Das wurde aber weiter oben im Thread schon erklärt, aber wenn man sich nur den einen Post rauspickt, naja.

@NCphalon:
Mich würde die Schnittstelle im PC wohl eher interessieren, denn das ist ja ordentlich Holz...


----------



## NCphalon (31. Januar 2009)

hmhm ich denk ma das wird so ne Servernetzwerkkarte gewesen sein, die gibts bestimmt mit über 40Gbit un PCIe 32x anbindung^^


----------



## Invisible (1. Februar 2009)

erinnerung: es war 2007

Der schnellste Internetanschluss der Welt - netzwelt.de


----------



## Brzeczek (1. Februar 2009)

Invisible schrieb:


> erinnerung: es war 2007
> 
> Der schnellste Internetanschluss der Welt - netzwelt.de




Da schmilzt der PC


----------



## Overlocked (2. Februar 2009)

40 Gibit Da könnte ja man ganz youtube in ein paar Sekunden downloaden

Aber was willst du mit 40Gibit. Da kannst du ja deine ganze Nachbarschaft mit dran hängen und du hättest immer noch mehr als 30Gibit...


----------



## Brzeczek (2. Februar 2009)

Das sind bestimmt nur bis 40GB, in der Praxis wird es sich zeigen das es eine gute 16000 Leitung ist.


----------



## D.I.Y (3. Februar 2009)

Brzeczek schrieb:


> Das sind bestimmt nur bis 40GB, in der Praxis wird es sich zeigen das es eine gute 16000 Leitung ist.



LOL  xD wie geil!


----------



## Brzeczek (3. Februar 2009)

D.I.Y schrieb:


> LOL  xD wie geil!





Da gibt es nix zu lachen, das werden wir schon noch sehen.


----------



## blackwusel (3. Februar 2009)

Dieser Inhalt steht nur eingeloggten Mitgliedern zur Verfügung.
        



schon etwas älter..

hab 66mbit geschafft


----------



## Brzeczek (4. Februar 2009)

Löwenzahn Rockt das Haus


----------



## Schrotti (4. Februar 2009)

Brzeczek schrieb:


> Das sind bestimmt nur bis 40GB, in der Praxis wird es sich zeigen das es eine gute 16000 Leitung ist.



Ohh Gott.

Du kennst schon den Unterschied Gbit / Gbyte oder?


----------



## Brzeczek (4. Februar 2009)

Schrotti schrieb:


> Ohh Gott.
> 
> Du kennst schon den Unterschied Gbit / Gbyte oder?

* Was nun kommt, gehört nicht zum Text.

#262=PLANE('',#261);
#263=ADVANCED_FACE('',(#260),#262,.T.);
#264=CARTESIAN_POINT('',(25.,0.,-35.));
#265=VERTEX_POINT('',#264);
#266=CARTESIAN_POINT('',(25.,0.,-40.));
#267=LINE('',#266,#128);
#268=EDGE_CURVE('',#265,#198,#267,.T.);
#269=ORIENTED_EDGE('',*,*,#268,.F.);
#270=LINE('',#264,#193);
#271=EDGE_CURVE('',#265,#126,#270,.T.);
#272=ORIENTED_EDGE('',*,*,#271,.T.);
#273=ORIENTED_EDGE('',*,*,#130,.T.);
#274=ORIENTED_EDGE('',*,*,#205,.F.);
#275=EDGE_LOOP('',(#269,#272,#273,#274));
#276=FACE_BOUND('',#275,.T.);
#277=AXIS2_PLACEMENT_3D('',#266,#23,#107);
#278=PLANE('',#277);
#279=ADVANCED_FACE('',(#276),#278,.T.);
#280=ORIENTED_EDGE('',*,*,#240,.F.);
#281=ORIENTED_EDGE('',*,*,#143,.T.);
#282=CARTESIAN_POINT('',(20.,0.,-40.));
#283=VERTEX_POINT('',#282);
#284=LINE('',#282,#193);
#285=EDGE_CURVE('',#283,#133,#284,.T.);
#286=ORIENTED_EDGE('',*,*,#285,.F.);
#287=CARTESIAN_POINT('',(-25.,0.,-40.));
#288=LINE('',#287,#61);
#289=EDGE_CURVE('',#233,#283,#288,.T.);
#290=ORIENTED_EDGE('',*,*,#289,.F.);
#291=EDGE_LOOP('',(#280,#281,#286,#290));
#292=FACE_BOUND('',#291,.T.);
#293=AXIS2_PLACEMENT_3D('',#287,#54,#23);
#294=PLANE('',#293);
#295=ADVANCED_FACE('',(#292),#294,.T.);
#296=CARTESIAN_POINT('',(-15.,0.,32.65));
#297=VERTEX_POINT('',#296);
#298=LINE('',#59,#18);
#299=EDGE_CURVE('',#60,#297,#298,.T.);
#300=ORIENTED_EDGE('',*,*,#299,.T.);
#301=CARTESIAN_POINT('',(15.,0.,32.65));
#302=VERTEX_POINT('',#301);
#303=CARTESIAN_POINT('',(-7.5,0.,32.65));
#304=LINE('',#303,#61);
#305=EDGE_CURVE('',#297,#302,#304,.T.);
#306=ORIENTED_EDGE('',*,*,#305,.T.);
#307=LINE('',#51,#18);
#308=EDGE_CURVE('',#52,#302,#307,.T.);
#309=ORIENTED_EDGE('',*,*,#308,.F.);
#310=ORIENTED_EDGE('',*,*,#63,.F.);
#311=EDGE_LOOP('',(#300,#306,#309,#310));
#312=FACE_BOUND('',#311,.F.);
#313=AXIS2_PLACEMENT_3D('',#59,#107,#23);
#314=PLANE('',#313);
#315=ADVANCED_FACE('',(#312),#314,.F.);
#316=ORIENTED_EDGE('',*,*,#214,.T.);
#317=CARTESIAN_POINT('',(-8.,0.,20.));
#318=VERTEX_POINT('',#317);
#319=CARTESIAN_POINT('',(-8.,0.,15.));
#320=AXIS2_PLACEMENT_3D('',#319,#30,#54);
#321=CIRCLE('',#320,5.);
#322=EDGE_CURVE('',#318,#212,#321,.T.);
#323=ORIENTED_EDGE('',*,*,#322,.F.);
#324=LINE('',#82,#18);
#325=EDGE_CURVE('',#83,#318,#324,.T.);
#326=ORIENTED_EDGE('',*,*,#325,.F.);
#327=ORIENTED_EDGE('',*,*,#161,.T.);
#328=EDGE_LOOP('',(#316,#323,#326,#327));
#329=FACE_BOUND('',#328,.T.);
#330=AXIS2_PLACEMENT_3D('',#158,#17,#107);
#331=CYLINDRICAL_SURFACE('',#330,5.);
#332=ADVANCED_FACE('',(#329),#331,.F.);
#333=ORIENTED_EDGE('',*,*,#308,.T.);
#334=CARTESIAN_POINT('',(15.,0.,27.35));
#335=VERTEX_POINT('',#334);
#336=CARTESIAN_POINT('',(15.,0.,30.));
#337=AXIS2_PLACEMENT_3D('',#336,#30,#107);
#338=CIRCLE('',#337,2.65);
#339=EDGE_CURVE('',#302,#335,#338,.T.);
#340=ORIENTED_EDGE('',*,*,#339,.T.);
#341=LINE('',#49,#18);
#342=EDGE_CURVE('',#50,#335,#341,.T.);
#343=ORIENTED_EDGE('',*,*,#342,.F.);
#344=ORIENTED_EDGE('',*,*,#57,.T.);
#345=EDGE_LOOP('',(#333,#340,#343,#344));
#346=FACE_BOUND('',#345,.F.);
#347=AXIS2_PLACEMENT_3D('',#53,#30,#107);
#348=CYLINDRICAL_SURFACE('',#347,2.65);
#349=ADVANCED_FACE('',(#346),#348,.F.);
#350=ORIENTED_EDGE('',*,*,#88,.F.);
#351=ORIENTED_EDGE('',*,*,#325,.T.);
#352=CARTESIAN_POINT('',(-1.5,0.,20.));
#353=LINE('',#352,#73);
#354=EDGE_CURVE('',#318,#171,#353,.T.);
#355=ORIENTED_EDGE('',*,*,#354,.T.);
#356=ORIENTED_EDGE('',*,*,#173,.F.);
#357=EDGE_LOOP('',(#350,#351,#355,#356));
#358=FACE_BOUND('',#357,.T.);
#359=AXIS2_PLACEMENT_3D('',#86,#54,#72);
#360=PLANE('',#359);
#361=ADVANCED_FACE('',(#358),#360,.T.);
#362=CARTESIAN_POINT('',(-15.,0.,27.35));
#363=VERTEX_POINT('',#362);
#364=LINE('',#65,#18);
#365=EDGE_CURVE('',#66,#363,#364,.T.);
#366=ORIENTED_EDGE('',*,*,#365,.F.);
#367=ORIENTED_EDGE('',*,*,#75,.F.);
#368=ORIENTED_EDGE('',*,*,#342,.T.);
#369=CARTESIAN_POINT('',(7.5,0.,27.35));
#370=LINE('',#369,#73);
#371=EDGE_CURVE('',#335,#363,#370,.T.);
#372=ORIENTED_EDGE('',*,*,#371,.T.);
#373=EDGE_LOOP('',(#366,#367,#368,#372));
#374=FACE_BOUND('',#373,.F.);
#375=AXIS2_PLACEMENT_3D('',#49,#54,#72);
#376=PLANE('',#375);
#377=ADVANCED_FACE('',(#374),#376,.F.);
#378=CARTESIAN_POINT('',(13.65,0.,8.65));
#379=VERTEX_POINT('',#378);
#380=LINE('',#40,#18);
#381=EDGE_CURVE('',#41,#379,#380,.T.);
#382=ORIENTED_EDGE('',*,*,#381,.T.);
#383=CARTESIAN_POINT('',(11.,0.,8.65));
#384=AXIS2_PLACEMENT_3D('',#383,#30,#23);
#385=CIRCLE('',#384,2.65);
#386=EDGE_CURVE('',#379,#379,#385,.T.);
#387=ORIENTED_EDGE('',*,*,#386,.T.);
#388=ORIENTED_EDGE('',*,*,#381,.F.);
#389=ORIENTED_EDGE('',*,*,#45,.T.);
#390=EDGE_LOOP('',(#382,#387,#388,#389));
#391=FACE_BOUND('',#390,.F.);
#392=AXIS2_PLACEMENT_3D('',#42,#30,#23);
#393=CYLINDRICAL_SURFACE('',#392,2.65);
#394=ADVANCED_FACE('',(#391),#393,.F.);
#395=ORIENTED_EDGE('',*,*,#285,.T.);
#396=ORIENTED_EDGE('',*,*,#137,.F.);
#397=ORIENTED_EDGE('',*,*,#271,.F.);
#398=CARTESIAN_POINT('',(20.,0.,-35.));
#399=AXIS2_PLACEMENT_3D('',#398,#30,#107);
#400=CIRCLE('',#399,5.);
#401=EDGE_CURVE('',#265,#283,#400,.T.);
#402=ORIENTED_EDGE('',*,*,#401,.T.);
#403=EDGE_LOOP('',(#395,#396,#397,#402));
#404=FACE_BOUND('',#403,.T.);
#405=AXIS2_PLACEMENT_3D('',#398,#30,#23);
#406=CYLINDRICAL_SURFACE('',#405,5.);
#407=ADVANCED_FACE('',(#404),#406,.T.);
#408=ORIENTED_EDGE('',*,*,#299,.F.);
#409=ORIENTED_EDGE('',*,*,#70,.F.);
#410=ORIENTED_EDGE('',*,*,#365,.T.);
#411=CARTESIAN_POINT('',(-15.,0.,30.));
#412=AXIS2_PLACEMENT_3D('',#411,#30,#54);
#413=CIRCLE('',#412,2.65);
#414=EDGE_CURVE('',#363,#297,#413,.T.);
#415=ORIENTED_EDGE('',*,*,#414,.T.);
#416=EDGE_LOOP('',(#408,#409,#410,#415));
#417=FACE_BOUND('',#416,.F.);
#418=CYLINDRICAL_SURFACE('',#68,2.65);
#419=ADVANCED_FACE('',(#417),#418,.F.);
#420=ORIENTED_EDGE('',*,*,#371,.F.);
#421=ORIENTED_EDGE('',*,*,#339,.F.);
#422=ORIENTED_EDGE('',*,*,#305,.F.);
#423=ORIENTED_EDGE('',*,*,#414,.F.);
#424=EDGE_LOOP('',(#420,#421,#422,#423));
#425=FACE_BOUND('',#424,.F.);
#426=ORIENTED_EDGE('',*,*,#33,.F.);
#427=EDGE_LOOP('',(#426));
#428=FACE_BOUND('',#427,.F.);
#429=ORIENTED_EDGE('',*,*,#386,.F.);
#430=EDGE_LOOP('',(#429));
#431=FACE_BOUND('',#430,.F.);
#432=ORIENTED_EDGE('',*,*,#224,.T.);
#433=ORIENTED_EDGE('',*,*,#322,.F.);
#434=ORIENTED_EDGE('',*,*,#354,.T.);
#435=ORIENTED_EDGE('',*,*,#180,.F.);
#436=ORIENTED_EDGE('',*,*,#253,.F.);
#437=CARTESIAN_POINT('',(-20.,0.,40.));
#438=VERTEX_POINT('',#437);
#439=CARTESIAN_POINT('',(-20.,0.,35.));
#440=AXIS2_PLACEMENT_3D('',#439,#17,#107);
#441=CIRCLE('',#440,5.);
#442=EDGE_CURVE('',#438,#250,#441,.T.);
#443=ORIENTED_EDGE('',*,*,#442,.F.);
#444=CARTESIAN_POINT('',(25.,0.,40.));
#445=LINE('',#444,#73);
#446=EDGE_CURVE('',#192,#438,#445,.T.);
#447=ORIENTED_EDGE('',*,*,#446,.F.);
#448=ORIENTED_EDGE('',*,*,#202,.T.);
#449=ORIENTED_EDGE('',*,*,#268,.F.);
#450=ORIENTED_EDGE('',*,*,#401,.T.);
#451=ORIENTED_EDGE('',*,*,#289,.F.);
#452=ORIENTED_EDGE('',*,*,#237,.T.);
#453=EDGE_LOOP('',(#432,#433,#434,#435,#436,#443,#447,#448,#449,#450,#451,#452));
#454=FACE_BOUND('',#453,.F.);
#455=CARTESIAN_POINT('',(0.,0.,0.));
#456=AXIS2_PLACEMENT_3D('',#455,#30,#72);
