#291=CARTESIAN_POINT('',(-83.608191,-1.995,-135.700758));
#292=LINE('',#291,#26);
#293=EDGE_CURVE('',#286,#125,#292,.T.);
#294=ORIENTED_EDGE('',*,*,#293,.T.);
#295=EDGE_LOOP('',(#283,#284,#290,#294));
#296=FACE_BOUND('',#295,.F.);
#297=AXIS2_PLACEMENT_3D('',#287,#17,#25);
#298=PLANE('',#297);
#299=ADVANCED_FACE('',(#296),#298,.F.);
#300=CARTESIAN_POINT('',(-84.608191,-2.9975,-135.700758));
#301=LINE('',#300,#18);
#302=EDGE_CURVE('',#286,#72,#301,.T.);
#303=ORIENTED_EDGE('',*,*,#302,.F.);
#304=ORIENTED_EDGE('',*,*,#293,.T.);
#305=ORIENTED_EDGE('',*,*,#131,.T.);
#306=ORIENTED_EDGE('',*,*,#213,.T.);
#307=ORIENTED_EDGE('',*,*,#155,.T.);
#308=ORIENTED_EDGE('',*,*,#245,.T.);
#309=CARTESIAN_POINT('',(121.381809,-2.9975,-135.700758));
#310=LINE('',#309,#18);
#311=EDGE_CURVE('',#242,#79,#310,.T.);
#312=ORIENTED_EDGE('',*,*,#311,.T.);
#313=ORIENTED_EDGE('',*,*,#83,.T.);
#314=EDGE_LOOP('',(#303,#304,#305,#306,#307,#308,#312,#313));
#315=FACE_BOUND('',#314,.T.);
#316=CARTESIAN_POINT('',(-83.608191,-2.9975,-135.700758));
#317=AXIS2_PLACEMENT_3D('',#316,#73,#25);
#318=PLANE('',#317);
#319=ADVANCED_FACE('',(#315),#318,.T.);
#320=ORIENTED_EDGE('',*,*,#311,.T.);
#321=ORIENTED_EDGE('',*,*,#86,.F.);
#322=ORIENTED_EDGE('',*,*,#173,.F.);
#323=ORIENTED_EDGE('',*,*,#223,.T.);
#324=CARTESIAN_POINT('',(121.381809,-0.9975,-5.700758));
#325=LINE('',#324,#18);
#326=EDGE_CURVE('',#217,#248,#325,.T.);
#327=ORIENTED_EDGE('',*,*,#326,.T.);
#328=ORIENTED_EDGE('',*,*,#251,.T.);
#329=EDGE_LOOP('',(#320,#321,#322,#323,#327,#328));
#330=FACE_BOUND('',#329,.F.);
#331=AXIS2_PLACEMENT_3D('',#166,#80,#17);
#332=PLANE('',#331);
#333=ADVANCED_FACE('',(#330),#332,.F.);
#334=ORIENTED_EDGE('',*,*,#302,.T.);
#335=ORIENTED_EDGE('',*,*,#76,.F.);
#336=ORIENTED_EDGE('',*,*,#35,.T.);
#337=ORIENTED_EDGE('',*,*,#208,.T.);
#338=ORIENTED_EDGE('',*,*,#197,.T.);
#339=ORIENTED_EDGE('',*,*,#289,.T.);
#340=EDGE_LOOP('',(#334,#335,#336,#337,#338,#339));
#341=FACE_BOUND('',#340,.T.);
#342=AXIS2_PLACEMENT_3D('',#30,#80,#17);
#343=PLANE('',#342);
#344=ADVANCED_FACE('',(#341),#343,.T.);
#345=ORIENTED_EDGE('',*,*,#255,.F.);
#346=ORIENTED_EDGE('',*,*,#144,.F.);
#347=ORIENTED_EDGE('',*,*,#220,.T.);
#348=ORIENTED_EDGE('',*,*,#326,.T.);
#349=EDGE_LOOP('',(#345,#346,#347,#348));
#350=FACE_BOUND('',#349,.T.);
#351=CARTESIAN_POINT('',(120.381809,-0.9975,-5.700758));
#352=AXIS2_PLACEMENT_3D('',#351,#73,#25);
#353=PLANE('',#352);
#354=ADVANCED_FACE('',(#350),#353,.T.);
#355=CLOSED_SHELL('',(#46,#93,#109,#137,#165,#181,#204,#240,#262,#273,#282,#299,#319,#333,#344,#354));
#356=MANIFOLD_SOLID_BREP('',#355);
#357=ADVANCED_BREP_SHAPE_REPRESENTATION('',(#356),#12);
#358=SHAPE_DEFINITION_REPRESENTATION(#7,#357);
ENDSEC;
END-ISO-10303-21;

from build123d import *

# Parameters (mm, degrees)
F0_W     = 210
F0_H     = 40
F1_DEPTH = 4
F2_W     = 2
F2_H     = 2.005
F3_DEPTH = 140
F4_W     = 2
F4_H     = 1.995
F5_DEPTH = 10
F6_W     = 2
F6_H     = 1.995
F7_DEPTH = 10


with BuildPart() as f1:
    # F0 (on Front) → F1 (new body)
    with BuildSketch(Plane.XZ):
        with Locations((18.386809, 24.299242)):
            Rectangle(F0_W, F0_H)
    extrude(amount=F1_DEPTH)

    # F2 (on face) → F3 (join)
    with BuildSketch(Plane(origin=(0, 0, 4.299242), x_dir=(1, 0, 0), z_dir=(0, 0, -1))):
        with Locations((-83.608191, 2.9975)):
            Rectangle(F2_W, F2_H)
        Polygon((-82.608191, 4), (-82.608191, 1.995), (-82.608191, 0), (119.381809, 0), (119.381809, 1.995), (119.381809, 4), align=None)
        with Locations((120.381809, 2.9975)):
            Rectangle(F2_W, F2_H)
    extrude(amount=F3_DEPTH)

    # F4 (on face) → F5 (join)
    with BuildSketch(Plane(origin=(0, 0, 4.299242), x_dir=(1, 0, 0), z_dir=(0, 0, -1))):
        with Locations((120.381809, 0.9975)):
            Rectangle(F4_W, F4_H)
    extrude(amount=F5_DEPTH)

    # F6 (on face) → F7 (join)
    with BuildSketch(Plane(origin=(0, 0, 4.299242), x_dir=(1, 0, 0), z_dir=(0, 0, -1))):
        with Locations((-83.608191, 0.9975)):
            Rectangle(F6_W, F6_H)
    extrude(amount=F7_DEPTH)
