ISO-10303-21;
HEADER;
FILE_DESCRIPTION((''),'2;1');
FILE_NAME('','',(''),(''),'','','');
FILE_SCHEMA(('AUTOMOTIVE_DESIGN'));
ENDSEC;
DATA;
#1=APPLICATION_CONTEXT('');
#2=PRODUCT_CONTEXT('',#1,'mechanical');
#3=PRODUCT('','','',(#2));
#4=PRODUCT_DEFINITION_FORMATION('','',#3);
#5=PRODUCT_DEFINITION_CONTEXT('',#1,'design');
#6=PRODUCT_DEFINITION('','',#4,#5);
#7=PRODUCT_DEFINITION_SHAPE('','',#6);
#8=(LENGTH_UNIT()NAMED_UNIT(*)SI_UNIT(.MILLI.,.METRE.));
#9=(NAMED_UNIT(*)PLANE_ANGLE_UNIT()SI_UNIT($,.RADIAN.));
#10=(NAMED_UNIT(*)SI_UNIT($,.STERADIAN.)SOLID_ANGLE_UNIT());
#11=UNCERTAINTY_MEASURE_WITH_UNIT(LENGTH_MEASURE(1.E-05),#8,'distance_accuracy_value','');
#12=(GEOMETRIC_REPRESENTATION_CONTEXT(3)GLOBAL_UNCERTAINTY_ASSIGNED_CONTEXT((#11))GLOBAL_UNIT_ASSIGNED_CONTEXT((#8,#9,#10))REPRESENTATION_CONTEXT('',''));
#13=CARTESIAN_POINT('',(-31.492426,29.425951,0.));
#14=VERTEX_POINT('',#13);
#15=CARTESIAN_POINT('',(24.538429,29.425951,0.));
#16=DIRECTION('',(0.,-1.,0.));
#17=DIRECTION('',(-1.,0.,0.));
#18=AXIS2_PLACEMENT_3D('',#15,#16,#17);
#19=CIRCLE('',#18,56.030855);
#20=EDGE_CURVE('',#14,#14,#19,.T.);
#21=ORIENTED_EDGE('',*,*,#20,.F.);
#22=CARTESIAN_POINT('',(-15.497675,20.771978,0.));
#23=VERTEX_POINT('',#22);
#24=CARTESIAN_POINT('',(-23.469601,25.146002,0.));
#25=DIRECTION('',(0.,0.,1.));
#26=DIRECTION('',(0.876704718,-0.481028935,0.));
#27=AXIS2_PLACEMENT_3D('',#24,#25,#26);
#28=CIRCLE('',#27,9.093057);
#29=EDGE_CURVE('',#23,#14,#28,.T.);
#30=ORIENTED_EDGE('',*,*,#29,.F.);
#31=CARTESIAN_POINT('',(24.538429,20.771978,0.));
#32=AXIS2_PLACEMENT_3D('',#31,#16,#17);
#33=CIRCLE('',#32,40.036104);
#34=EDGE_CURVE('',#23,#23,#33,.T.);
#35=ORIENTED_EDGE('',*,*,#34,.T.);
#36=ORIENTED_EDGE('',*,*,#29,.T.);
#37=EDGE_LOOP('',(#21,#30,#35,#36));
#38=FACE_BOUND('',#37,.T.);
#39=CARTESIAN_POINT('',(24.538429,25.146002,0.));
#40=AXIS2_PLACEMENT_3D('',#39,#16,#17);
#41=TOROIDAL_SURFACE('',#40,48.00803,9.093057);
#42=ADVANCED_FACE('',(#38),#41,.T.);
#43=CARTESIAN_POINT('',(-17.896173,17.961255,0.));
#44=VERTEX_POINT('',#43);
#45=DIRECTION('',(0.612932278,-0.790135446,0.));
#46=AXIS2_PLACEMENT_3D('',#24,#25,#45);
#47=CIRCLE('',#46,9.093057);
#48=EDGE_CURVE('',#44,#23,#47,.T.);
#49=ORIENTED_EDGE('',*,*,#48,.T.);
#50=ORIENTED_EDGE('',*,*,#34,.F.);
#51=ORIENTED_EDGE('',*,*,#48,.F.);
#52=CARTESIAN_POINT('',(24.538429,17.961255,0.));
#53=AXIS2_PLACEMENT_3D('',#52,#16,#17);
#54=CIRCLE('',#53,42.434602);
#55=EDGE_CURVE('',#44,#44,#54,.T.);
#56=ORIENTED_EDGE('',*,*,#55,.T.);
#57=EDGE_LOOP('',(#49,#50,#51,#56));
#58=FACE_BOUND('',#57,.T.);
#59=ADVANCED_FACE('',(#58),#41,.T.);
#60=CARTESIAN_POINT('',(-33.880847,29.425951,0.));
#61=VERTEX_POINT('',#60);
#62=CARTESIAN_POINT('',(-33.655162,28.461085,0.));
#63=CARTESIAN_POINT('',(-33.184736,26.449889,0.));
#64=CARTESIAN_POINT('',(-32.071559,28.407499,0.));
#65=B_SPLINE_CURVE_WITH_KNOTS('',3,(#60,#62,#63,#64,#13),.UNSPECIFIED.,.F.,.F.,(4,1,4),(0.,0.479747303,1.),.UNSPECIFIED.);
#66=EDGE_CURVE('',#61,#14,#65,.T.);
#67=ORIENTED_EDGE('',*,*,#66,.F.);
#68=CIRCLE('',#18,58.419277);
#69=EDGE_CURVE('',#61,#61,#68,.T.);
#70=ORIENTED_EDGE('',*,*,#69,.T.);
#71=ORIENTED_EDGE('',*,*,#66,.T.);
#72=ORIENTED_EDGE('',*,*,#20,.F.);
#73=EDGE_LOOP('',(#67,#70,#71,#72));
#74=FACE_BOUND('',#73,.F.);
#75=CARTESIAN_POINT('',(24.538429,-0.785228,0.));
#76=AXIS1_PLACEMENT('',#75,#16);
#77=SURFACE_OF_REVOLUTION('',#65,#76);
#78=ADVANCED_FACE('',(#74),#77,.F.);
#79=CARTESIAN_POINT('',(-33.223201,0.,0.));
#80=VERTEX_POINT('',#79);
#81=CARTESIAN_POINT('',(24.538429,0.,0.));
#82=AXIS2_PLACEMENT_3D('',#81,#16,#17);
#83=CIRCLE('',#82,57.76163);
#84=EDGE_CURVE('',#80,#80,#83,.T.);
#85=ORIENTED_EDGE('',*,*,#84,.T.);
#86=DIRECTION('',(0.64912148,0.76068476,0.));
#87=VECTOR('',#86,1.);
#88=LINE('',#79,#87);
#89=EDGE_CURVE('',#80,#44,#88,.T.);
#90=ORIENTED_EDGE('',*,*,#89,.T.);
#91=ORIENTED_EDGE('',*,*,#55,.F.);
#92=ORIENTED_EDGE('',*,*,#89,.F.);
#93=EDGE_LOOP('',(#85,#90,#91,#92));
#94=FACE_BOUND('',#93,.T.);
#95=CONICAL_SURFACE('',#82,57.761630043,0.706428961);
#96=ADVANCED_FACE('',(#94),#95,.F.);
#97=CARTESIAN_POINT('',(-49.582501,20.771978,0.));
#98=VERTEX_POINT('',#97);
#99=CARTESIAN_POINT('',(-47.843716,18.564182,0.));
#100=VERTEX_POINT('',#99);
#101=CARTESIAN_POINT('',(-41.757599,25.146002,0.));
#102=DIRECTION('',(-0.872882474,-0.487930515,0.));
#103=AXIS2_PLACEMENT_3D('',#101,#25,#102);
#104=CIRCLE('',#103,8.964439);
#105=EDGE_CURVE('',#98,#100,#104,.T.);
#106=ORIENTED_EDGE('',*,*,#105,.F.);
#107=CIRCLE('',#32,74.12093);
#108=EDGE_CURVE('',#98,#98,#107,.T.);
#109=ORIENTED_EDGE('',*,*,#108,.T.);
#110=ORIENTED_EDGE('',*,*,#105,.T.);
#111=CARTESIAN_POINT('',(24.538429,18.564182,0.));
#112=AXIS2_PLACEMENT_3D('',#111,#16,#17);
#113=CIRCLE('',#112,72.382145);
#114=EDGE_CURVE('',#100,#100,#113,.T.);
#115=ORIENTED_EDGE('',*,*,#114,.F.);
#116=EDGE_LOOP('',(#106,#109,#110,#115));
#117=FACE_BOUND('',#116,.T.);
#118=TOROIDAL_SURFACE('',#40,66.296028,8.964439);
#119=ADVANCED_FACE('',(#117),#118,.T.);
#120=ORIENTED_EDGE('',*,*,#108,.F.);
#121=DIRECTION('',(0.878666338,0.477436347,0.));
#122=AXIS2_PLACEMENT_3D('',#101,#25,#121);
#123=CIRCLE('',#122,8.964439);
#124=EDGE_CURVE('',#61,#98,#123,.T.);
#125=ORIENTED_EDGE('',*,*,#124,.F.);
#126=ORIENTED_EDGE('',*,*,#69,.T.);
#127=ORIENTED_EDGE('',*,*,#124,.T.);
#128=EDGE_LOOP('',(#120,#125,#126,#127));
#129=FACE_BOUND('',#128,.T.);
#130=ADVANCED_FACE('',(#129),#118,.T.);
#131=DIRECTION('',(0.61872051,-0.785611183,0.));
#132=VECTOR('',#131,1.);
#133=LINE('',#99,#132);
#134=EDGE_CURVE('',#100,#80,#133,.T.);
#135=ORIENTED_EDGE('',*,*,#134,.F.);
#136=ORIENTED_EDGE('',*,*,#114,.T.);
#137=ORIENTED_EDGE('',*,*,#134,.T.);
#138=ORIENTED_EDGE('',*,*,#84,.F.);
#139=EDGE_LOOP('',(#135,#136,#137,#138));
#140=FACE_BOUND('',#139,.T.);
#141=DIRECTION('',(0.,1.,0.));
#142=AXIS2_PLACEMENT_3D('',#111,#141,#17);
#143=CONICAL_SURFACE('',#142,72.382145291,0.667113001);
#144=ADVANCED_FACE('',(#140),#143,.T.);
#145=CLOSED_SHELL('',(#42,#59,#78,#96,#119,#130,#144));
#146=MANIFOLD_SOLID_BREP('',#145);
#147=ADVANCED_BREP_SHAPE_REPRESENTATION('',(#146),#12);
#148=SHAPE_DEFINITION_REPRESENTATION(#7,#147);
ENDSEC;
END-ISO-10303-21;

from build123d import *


with BuildPart() as f1:
    # F0 (on Top) → F1 (revolve)
    with BuildSketch(Plane.XY):
        with BuildLine():
            add(Edge.make_bspline(
                [(-33.8808472961, 29.4259511947), (-33.6551617935, 28.4610853864), (-33.1847360067, 26.4498894885), (-32.071559145, 28.407499373), (-31.4924258806, 29.4259511947)],
                knots=[0, 0, 0, 0, 0.4797473032, 1, 1, 1, 1], degree=3))
            ThreePointArc((-33.8808472961, 29.4259511947), (-46.0846625906, 32.9969695268), (-49.5825006356, 20.7719783741))
            Line((-49.5825006356, 20.7719783741), (-47.8437158368, 18.5641821888))
            Line((-47.8437158368, 18.5641821888), (-33.2232005894, 0))
            Line((-33.2232005894, 0), (-17.8961726294, 17.9612552238))
            Line((-17.8961726294, 17.9612552238), (-15.497674764, 20.7719783741))
            ThreePointArc((-15.497674764, 20.7719783741), (-19.1425395753, 33.1435158333), (-31.4924258806, 29.4259511947))
        make_face()
        with BuildLine():
            Line((-47.8437158368, 18.5641821888), (-49.5825006356, 20.7719783741))
            ThreePointArc((-49.5825006356, 20.7719783741), (-48.8001624289, 19.5995193754), (-47.8437158368, 18.5641821888))
        make_face()
        with BuildLine():
            ThreePointArc((-17.8961726294, 17.9612552238), (-16.5526508728, 19.243503265), (-15.497674764, 20.7719783741))
            Line((-15.497674764, 20.7719783741), (-17.8961726294, 17.9612552238))
        make_face()
    revolve(axis=Axis((24.538429454, -0.785227865, 0), (0, -1, 0)))


solid = f1.part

Ja denn kenne ich ! Aber was macht das jetzt für ein unterschied ? Ich benutzte Trotzdem die selbe Abkürzung, obwohl das eine eine Dezimale Einheit ist und das andere eine Binere.....


----------



## msix38 (4. Februar 2009)

Ich glaube, dieser Thread sollte in die [Rumpelkammer] verschoben werden 
Da geht jeglicher Sinn des Threads flöten.


----------



## Tom3004 (4. Februar 2009)

Wie viel Geschwindigkeit ist eigentlich möglich bei DSL ? 
Und bei wlechem Anbieter gibt es das schnellste ?


----------



## Fighter3 (4. Februar 2009)

bei mir gibt es sogar 650.000 Kbit/s


----------



## MikeLucien (4. Februar 2009)

wohn auch in Schweden, hab leider nur 0,5er Leitung

was ich weiß ist diese Leitung nur zu testzwecken auf gebaut, doch ich weiß wo man sone Leitung: Dreamhack   [x] -> bei 20k Computern ist das wohl nötig und sie haben sie auch -> klick


----------



## Snade (4. Februar 2009)

Tom3004 schrieb:


> Wie viel Geschwindigkeit ist eigentlich möglich bei DSL ?
> Und bei wlechem Anbieter gibt es das schnellste ?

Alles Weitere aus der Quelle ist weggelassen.